It’s the holiday season and for some people that means celebrating with friends, family and cocktails. But instead of settling for the standard martini or Manhattan, author and historian Lesley Blume suggests you reach for a taste of bygone cocktail culture.
In Let’s Bring Back: The Cocktail Edition, Blume outlines more than 100 lesser-known oldies that are both delicious and delightful. She joins NPR’s David Greene to discuss cocktail history and how to make vintage recipes part of a modern-day party.
On the impishness and occasional gravitas of bygone cocktail culture
“One of the things I uncovered was how mischievous and amusing a lot of cocktail history was. And I feel like a lot of contemporary cocktail culture has gotten a bit self-serious, and one of the things that resonated with me was how unself-serious cocktail culture was in bygone eras. So I would say 99 percent of the cocktails that we selected for this book really are impish and outrageous, and they’re portals into social history from times gone by.
“… Some bartenders were famous for a particular kind of gravitas, like the original father of mixology who was known as Professor Jerry Thomas, although … it’s never been confirmed that he held any kind of advanced degree. He was a serious bartender in the age of whiskey slingers and the 1800s in San Francisco. And he had a starched white shirt with diamond cuff links and a silver bar set which he toured in Europe with. And he really elevated the art of mixology. But, you know, for the most part I’m finding that a lot of bartenders from times gone by, they were determined to create really delicious drinks, but there was a culture of hilarity that surrounded drink making in bygone eras and I really wanted to celebrate that in this book.”
On Ernest Hemingway’s contribution to cocktail culture
“[Death in the Afternoon] was supposedly a Hemingway invention which he named after his famous book about bullfighting. And in a recipe drafted by the famous author, he instructs readers to ‘Pour one jigger of absinthe into a Champagne glass. Add iced Champagne until it attains the proper opalescent milkiness.’ And then he adds, ‘Drink three to five of these slowly.’ So you can see why these drinks were called Death in the Afternoon; I mean, three to five of these drinks would likely do most of us modern drinkers in.”

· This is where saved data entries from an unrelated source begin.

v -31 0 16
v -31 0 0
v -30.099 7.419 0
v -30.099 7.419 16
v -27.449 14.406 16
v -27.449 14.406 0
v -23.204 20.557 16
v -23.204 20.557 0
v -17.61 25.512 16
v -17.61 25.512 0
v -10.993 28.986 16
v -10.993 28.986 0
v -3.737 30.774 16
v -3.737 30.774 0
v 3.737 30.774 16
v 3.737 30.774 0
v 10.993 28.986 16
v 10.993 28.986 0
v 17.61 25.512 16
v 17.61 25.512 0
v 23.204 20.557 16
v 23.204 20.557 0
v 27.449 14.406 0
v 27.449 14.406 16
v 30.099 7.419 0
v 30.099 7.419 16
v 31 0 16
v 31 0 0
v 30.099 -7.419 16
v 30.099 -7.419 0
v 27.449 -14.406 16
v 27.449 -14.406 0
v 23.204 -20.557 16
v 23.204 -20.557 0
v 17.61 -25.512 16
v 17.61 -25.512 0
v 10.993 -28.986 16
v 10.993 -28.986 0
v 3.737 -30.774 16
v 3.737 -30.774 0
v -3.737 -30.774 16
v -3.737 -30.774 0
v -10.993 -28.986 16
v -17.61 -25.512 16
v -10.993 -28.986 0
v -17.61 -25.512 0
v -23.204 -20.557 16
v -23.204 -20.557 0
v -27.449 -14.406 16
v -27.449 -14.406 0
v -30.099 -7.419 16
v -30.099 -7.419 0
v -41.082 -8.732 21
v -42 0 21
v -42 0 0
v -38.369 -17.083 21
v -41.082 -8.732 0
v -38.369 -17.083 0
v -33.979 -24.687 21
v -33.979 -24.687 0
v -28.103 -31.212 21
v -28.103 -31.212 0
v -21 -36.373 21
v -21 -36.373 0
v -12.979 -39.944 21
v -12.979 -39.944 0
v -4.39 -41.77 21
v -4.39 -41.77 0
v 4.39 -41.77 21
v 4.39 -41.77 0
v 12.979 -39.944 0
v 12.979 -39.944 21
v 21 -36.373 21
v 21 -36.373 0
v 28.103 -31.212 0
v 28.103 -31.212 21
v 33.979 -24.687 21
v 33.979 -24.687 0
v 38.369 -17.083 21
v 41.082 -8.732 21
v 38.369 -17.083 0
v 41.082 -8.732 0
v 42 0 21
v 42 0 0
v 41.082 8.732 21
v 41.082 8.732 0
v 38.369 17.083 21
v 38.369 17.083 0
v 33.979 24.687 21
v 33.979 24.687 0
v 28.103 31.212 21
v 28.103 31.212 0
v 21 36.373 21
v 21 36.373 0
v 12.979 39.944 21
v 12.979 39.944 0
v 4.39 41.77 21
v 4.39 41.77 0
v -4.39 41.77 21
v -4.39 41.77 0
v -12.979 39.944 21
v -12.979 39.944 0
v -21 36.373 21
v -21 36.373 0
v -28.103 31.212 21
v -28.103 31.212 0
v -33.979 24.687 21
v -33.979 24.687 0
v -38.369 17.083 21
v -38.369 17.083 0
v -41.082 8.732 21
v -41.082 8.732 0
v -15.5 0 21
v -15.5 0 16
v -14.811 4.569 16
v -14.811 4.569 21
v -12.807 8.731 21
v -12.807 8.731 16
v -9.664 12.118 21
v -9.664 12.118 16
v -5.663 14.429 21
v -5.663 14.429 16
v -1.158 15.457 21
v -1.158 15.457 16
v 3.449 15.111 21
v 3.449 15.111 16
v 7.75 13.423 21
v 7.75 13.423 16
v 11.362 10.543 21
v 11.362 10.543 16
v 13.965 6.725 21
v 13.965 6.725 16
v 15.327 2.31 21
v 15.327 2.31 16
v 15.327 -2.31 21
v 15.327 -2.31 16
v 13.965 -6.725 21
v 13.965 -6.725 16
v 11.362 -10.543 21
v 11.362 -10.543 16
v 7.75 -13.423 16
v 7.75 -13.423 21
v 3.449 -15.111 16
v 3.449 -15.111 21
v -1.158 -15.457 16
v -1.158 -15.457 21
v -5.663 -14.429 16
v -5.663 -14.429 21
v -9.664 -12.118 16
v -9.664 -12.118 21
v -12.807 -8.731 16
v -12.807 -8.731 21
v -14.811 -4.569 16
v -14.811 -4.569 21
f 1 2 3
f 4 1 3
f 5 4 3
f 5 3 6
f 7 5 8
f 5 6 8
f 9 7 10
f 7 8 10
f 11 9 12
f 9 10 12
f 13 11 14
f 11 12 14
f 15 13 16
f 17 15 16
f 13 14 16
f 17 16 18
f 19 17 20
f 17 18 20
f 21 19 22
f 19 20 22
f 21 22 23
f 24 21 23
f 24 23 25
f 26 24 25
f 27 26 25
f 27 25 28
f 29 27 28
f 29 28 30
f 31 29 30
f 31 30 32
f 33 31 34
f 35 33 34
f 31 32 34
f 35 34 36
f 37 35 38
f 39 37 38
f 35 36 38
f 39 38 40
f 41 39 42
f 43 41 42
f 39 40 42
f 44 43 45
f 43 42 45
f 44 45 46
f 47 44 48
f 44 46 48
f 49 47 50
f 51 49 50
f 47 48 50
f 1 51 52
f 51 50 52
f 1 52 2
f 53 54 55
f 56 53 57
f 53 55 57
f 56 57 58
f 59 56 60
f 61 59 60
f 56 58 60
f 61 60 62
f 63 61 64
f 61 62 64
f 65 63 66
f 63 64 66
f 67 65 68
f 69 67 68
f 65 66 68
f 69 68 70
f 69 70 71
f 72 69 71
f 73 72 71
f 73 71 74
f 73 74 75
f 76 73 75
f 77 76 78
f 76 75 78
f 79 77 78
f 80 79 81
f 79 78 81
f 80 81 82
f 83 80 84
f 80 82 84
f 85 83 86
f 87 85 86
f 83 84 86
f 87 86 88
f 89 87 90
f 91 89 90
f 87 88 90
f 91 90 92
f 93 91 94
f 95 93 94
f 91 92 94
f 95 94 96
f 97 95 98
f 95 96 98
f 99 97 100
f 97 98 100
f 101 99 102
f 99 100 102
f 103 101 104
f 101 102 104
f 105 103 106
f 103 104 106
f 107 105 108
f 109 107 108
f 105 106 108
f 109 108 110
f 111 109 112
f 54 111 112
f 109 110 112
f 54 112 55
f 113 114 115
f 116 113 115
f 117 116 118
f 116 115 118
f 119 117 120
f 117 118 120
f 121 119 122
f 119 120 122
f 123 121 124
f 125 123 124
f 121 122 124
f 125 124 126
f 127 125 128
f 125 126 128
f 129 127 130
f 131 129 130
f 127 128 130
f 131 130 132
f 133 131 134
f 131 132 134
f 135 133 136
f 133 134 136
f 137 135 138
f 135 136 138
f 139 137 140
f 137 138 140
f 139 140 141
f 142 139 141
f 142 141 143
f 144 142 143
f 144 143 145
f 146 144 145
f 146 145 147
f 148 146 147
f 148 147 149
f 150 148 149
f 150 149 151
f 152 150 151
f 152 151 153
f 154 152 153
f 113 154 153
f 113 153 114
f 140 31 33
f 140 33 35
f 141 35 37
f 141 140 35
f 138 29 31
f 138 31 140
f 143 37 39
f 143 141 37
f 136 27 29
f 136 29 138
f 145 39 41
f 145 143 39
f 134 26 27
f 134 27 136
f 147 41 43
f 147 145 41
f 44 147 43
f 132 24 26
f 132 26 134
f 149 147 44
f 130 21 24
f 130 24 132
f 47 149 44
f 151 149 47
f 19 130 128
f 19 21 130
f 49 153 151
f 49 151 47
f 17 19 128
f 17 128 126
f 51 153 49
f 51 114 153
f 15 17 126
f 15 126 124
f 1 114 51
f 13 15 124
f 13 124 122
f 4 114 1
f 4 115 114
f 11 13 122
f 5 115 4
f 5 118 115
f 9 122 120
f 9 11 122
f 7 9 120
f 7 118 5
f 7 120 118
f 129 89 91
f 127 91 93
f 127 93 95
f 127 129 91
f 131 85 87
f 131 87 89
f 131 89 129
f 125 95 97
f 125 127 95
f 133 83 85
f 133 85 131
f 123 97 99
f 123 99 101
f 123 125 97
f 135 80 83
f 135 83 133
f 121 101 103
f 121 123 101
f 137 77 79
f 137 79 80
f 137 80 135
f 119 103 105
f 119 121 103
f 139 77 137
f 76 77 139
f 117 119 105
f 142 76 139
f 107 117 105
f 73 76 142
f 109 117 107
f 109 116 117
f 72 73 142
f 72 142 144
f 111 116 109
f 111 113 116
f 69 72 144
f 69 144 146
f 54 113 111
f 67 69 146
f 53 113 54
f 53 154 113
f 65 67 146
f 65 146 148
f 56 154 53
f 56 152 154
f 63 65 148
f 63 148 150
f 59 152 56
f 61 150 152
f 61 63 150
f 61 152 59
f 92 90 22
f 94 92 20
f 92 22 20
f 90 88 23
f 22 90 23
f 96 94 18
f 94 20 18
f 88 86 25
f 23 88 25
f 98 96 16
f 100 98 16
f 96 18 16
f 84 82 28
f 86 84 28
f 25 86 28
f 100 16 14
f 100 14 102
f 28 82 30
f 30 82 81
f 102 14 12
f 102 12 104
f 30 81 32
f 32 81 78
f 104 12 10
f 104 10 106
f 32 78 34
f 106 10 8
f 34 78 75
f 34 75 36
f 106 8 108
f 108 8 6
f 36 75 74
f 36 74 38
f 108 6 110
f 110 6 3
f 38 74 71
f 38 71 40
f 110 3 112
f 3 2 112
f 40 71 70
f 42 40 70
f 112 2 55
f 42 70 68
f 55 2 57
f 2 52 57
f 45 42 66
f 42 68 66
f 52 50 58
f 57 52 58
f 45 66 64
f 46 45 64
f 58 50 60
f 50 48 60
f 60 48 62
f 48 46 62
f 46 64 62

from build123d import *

# Parameters (mm, degrees)
SKETCH_1_R          = 42
EXTRUDE_1_DEPTH     = 21
SKETCH_2_R          = 31
CUT_EXTRUDE_2_DEPTH = 16
SKETCH_3_R          = 15.5
CUT_EXTRUDE_3_DEPTH = 62.514225997


with BuildPart() as part:
    # Эскиз1 → Вытянуть1 (new body)
    with BuildSketch(Plane.XY):
        with Locations(Location((0, 0, 0), (0, 0, 180))):
            Circle(SKETCH_1_R)
    extrude(amount=EXTRUDE_1_DEPTH)

    # Эскиз2 → Вытянуть2 (cut)
    with BuildSketch(Plane(origin=(0, 0, 0), x_dir=(-1, 0, 0), z_dir=(0, 0, -1))):
        Circle(SKETCH_2_R)
    extrude(amount=-CUT_EXTRUDE_2_DEPTH, mode=Mode.SUBTRACT)

    # Эскиз3 → Вытянуть3 (cut, through all)
    with BuildSketch(Plane(origin=(0, 0, 16), x_dir=(-1, 0, 0), z_dir=(0, 0, -1))):
        Circle(SKETCH_3_R)
    extrude(amount=-CUT_EXTRUDE_3_DEPTH, mode=Mode.SUBTRACT)


solid = part.part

On picking the right vintage cocktail for your next party
“There are a couple different ways to go about it. So, perhaps you pick a theme. So like for Halloween, for example, maybe you pick the Corpse Reviver or the Zombie Punch. Or maybe you tailor the drink to the guest of honor … in an amusing way. So let’s say you’re throwing a bridal shower, why not serve the Demure Maiden’s Blush cocktail? And then, you know, for the holidays, I love the idea of reviving the Gin Fizz. A very basic version of the Gin Fizz contains gin, simple syrup (which is sugar water), lemon juice and egg white. You shake it with ice and then you pour it into a champagne coupe or a cocktail glass, and you top it off with seltzer. It’s really effervescent and velvety. Except for the holidays I recommend that you top it off with champagne instead of seltzer, and then that officially changes the category of Gin Fizz to a Diamond Fizz. And you know, what could be more glamorous or celebratory than a Diamond Fizz?”
On how to present a vintage cocktail
“I’m looking at everything through sort of a vintage prism, so one of the things I really love about vintage cocktail culture was that there was often an element of high presentation involved. Like, vintage barware and glassware often got so creative and so delightful. You can find it really easily at garage sales or eBay today. It’s really fun to serve vintage cocktails in vintage glassware. And you know, back in the day there was a great fanfare involved with serving cocktails. You know, so for me the old-fashioned champagne tower, for instance, makes that point really nicely.
“… Popular in the 1920s, these towers were basically a pyramid of champagne coupe glasses — you know, the round glasses as opposed to the flutes — and champagne was poured into the top glass and it trickled down into all the glasses below. So instead of being handed a common old flute of champagne by a sullen waiter when you walk into the room, you got to prance up to this tower and you pluck a coupe of champagne off of this golden, glimmering affair.”